Summer, friends, and music can only mean one thing: Lollapalooza! SZA, Chappel Roan, Future, Metro Boomin and many more artists performed at the biggest festival of the year in Chicago this past August.
The festival lasts four days and around 400,000 people attend each year. With 170 artists and bands performing, the tickets used to be “off the charts” until recently; concerts have been getting slower sales than usual.
“In past years, Lollapalooza typically sold out within minutes of putting tickets on sale. In 2016, when it expanded to four days from three, it sold out 80,000 four-day passes in less than an hour. But this year, four-day passes remain available a week before the festival was to begin, and of the 20,000 one-day passes available each day of the festival,” says Greg Kot, a critic for The Chicago Tribune.
One of the reasons ticket sales have slowed down is from the cancellation of artists that were supposed to perform at the festival. One major artist that canceled this year was Tyler the Creator. He had dropped out two months before the festival and later was replaced with Megan Thee Stallion and Sabrina Carpenter.
“I made a commitment that I can no longer keep, and that bums me out knowing how excited folks were. Please, please forgive me or call me names when you see me in person” said Tyler the Creator.
In 2024, a four day pass to the festival cost $365, but if you’re going for only two days, it cost $225 without the Chicago tax. Ticket companies usually start selling Lollapalooza tickets in March, but a lot of people wait until the summer for the resale due to tickets being cheaper.
“I had paid $350 for general admission for all four days,” said Plainfield North High School junior Ava Bhatti. “This did not include the money I had spent on food or transportation to get to Grant Park.”
Due to the popularity of the setlist, over 110,000 people came to the festival this year.

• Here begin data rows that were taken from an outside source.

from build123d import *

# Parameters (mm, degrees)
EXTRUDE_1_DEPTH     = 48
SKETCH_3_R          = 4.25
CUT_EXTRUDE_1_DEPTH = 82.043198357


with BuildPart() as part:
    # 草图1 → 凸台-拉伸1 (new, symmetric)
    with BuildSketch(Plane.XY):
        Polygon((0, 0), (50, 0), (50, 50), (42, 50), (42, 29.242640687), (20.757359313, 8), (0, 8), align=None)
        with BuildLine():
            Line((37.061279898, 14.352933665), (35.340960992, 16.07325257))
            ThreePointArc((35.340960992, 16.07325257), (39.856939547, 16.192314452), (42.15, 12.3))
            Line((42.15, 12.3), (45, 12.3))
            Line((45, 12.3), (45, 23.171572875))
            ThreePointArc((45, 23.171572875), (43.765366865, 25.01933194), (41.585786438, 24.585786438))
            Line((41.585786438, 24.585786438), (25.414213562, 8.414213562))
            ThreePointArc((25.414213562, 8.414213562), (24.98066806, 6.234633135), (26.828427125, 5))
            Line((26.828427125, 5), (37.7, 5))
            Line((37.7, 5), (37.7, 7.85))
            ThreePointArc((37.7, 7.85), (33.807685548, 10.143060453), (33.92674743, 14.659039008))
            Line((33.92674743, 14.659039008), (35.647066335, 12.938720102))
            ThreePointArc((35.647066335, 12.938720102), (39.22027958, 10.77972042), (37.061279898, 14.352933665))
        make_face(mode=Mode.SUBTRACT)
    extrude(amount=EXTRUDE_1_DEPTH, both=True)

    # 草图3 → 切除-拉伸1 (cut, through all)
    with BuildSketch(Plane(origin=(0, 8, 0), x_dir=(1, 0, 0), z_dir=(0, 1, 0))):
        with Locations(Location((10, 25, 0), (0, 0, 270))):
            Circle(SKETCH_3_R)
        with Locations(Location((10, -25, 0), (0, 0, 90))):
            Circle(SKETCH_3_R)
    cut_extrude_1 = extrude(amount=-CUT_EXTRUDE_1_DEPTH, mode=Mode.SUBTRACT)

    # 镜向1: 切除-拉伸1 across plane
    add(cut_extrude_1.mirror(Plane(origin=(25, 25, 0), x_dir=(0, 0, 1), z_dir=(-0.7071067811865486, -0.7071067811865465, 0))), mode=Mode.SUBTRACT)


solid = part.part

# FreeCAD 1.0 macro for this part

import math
import FreeCAD as App
import Part
import Sketcher
Q = App.Units.Quantity

doc = App.newDocument("Part")
params = doc.addObject("Spreadsheet::Sheet", "Params")
for row, (alias, value) in enumerate([
    ("sketch1_radius", "2 mm"),
    ("sketch1_width", "50 mm"),
    ("sketch1_width2", "8 mm"),
    ("sketch1_radius2", "2.15 mm"),
    ("sketch1_radius3", "4.45 mm"),
    ("pad1_length", "96 mm"),
    ("sketch2_diameter", "8.5 mm"),
], start=1):
    params.set(f"A{row}", alias)
    params.set(f"B{row}", "=" + value)
    params.setAlias(f"B{row}", alias)

body = doc.addObject("PartDesign::Body", "Body")

# Sketch on XY plane
sketch1 = doc.addObject("Sketcher::SketchObject", "Sketch")
body.addObject(sketch1)
sketch1.AttachmentSupport = (doc.XY_Plane, [""])
sketch1.MapMode = "FlatFace"
sketch1.addGeometry([
    Part.LineSegment(App.Vector(0, 0, 0), App.Vector(50, 0, 0)),  # 0
    Part.LineSegment(App.Vector(50, 0, 0), App.Vector(50, 50, 0)),  # 1
    Part.LineSegment(App.Vector(50, 50, 0), App.Vector(42, 50, 0)),  # 2
    Part.LineSegment(App.Vector(42, 50, 0), App.Vector(42, 29.2, 0)),  # 3
    Part.LineSegment(App.Vector(42, 29.2, 0), App.Vector(20.8, 8, 0)),  # 4
    Part.LineSegment(App.Vector(20.8, 8, 0), App.Vector(0, 8, 0)),  # 5
    Part.LineSegment(App.Vector(0, 8, 0), App.Vector(0, 0, 0)),  # 6
    Part.LineSegment(App.Vector(35.3, 16.1, 0), App.Vector(37.1, 14.4, 0)),  # 7
    Part.ArcOfCircle(Part.Circle(App.Vector(37.7, 12.3, 0), App.Vector(0, 0, 1), 2.1), math.radians(163), math.radians(467)),  # 8
    Part.LineSegment(App.Vector(35.6, 12.9, 0), App.Vector(33.9, 14.7, 0)),  # 9
    Part.ArcOfCircle(Part.Circle(App.Vector(37.7, 12.3, 0), App.Vector(0, 0, 1), 4.5), math.radians(148), math.radians(270)),  # 10
    Part.LineSegment(App.Vector(37.7, 7.8, 0), App.Vector(37.7, 5, 0)),  # 11
    Part.LineSegment(App.Vector(37.7, 5, 0), App.Vector(26.8, 5, 0)),  # 12
    Part.ArcOfCircle(Part.Circle(App.Vector(26.8, 7, 0), App.Vector(0, 0, 1), 2), math.radians(135), math.radians(270)),  # 13
    Part.LineSegment(App.Vector(25.4, 8.4, 0), App.Vector(41.6, 24.6, 0)),  # 14
    Part.ArcOfCircle(Part.Circle(App.Vector(43, 23.2, 0), App.Vector(0, 0, 1), 2), math.radians(0), math.radians(135)),  # 15
    Part.LineSegment(App.Vector(45, 23.2, 0), App.Vector(45, 12.3, 0)),  # 16
    Part.LineSegment(App.Vector(45, 12.3, 0), App.Vector(42.1, 12.3, 0)),  # 17
    Part.ArcOfCircle(Part.Circle(App.Vector(37.7, 12.3, 0), App.Vector(0, 0, 1), 4.5), math.radians(0), math.radians(122)),  # 18
], False)
sketch1.addConstraint([
    Sketcher.Constraint("Coincident", 0, 2, 1, 1),
    Sketcher.Constraint("Coincident", 1, 2, 2, 1),
    Sketcher.Constraint("Coincident", 2, 2, 3, 1),
    Sketcher.Constraint("Coincident", 3, 2, 4, 1),
    Sketcher.Constraint("Coincident", 4, 2, 5, 1),
    Sketcher.Constraint("Coincident", 5, 2, 6, 1),
    Sketcher.Constraint("Coincident", 6, 2, 0, 1),
    Sketcher.Constraint("Coincident", 7, 2, 8, 2),
    Sketcher.Constraint("Coincident", 8, 1, 9, 1),
    Sketcher.Constraint("Coincident", 9, 2, 10, 1),
    Sketcher.Constraint("Coincident", 10, 2, 11, 1),
    Sketcher.Constraint("Coincident", 11, 2, 12, 1),
    Sketcher.Constraint("Tangent", 12, 2, 13, 2),
    Sketcher.Constraint("Tangent", 13, 1, 14, 1),
    Sketcher.Constraint("Tangent", 14, 2, 15, 2),
    Sketcher.Constraint("Tangent", 15, 1, 16, 1),
    Sketcher.Constraint("Coincident", 16, 2, 17, 1),
    Sketcher.Constraint("Coincident", 17, 2, 18, 1),
    Sketcher.Constraint("Coincident", 18, 2, 7, 1),
    Sketcher.Constraint("Horizontal", 0),
    Sketcher.Constraint("Vertical", 1),
    Sketcher.Constraint("Horizontal", 2),
    Sketcher.Constraint("Vertical", 3),
    Sketcher.Constraint("Horizontal", 5),
    Sketcher.Constraint("Vertical", 6),
    Sketcher.Constraint("Vertical", 11),
    Sketcher.Constraint("Horizontal", 12),
    Sketcher.Constraint("Vertical", 16),
    Sketcher.Constraint("Horizontal", 17),
    Sketcher.Constraint("Coincident", 6, 2, -1, 1),
    Sketcher.Constraint("Coincident", 10, 3, 8, 3),
    Sketcher.Constraint("Coincident", 18, 3, 8, 3),
    Sketcher.Constraint("Equal", 13, 15),
    Sketcher.Constraint("Equal", 10, 18),
    Sketcher.Constraint("Perpendicular", 4, 7),
    Sketcher.Constraint("Parallel", 7, 9),
    Sketcher.Constraint("Perpendicular", 9, 14),
    Sketcher.Constraint("Horizontal", 18, 3, 16, 2),
    Sketcher.Constraint("Vertical", 18, 3, 10, 2),
    Sketcher.Constraint("Equal", 0, 1),
    Sketcher.Constraint("Equal", 5, 3),
    Sketcher.Constraint("Equal", 2, 6),
    Sketcher.Constraint("Equal", 17, 11),
    Sketcher.Constraint("Equal", 7, 9),
    Sketcher.Constraint("Radius", 13, Q("2 mm")),
    Sketcher.Constraint("DistanceX", 0, 1, 0, 2, Q("50 mm")),
    Sketcher.Constraint("DistanceX", 2, 2, 2, 1, Q("8 mm")),
    Sketcher.Constraint("Radius", 8, Q("2.15 mm")),
    Sketcher.Constraint("Radius", 10, Q("4.45 mm")),
    Sketcher.Constraint("DistanceY", -1, 1, 13, 3, Q("7 mm")),
    Sketcher.Constraint("DistanceX", -1, 1, 15, 3, Q("43 mm")),
    Sketcher.Constraint("DistanceX", 17, 2, 17, 1, Q("2.85 mm")),
    Sketcher.Constraint("Distance", 7, Q("2.432898 mm")),
    Sketcher.Constraint("DistanceX", 5, 2, 5, 1, Q("20.757359 mm")),
    Sketcher.Constraint("DistanceX", 12, 2, 12, 1, Q("10.871573 mm")),
])
sketch1.setExpression("Constraints[44]", "Params.sketch1_radius")
sketch1.setExpression("Constraints[45]", "Params.sketch1_width")
sketch1.setExpression("Constraints[46]", "Params.sketch1_width2")
sketch1.setExpression("Constraints[47]", "Params.sketch1_radius2")
sketch1.setExpression("Constraints[48]", "Params.sketch1_radius3")
pad1 = doc.addObject("PartDesign::Pad", "Pad")
body.addObject(pad1)
pad1.Profile = sketch1
pad1.setExpression("Length", "Params.pad1_length")
pad1.Midplane = True

# Sketch on XZ plane
sketch2 = doc.addObject("Sketcher::SketchObject", "Sketch001")
body.addObject(sketch2)
sketch2.AttachmentSupport = (doc.XZ_Plane, [""])
sketch2.MapMode = "FlatFace"
sketch2.AttachmentOffset = App.Placement(App.Vector(0, 0, -8), App.Rotation())
sketch2.addGeometry([
    Part.Circle(App.Vector(10, -25, 0), App.Vector(0, 0, 1), 4.2),
    Part.Circle(App.Vector(10, 25, 0), App.Vector(0, 0, 1), 4.2),
], False)
sketch2.addConstraint([
    Sketcher.Constraint("Equal", 0, 1),
    Sketcher.Constraint("Symmetric", 0, 3, 1, 3, -1),
    Sketcher.Constraint("Diameter", 0, Q("8.5 mm")),
    Sketcher.Constraint("DistanceX", -1, 1, 0, 3, Q("10 mm")),
    Sketcher.Constraint("DistanceY", 0, 3, -1, 1, Q("25 mm")),
])
sketch2.setExpression("Constraints[2]", "Params.sketch2_diameter")
pocket1 = doc.addObject("PartDesign::Pocket", "Pocket")
body.addObject(pocket1)
pocket1.Profile = sketch2
pocket1.Type = "ThroughAll"
pocket1.Reversed = True
doc.recompute()

datumplane = doc.addObject("PartDesign::Plane", "DatumPlane")
body.addObject(datumplane)
datumplane.Placement = App.Placement(App.Vector(25, 25, 0), App.Rotation(App.Vector(-0.707106781, 0.707106781, 0), App.Vector(0, 0, -1), App.Vector(-0.707106781, -0.707106781, 0), "ZXY"))
mirrored = doc.addObject("PartDesign::Mirrored", "Mirrored")
body.addObject(mirrored)
mirrored.Originals = [pocket1]
mirrored.MirrorPlane = (datumplane, [""])
body.Tip = mirrored

doc.recompute()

Artists like Chapell Roan set a record for having the biggest set in Lollapalooza. This led to an extended amount of fans hovering around each other in the crowd.
“I went to the Chapel Roan concert on the first day of the festival,” said junior Salas Bentacourt. “Even though she had a massive set, I couldn’t see her due to the amount of people there at that one show.”
Some people find it cheaper going to a festival like Lollapalooza or Coachella than going to one artist’s concert. To go to a SZA concert with VIP access, most people have spent roughly $550. But if you want to see her at Lollapalooza, it would be $205.
“It started two decades ago with Lollapalooza and Coachella and has grown to the point where festivals like Louisville’s Bourbon and Beyond are featuring over 100 acts and get all those bands for $300 or less,” said John Matarese, WCPO 9 Cincinnati news reporter.
In a survey of 100 North students, 85 percent said they had paid more than $120 to go to a festival. 15 percent said they spent less than $120, and most of them reported that they were smaller festivals.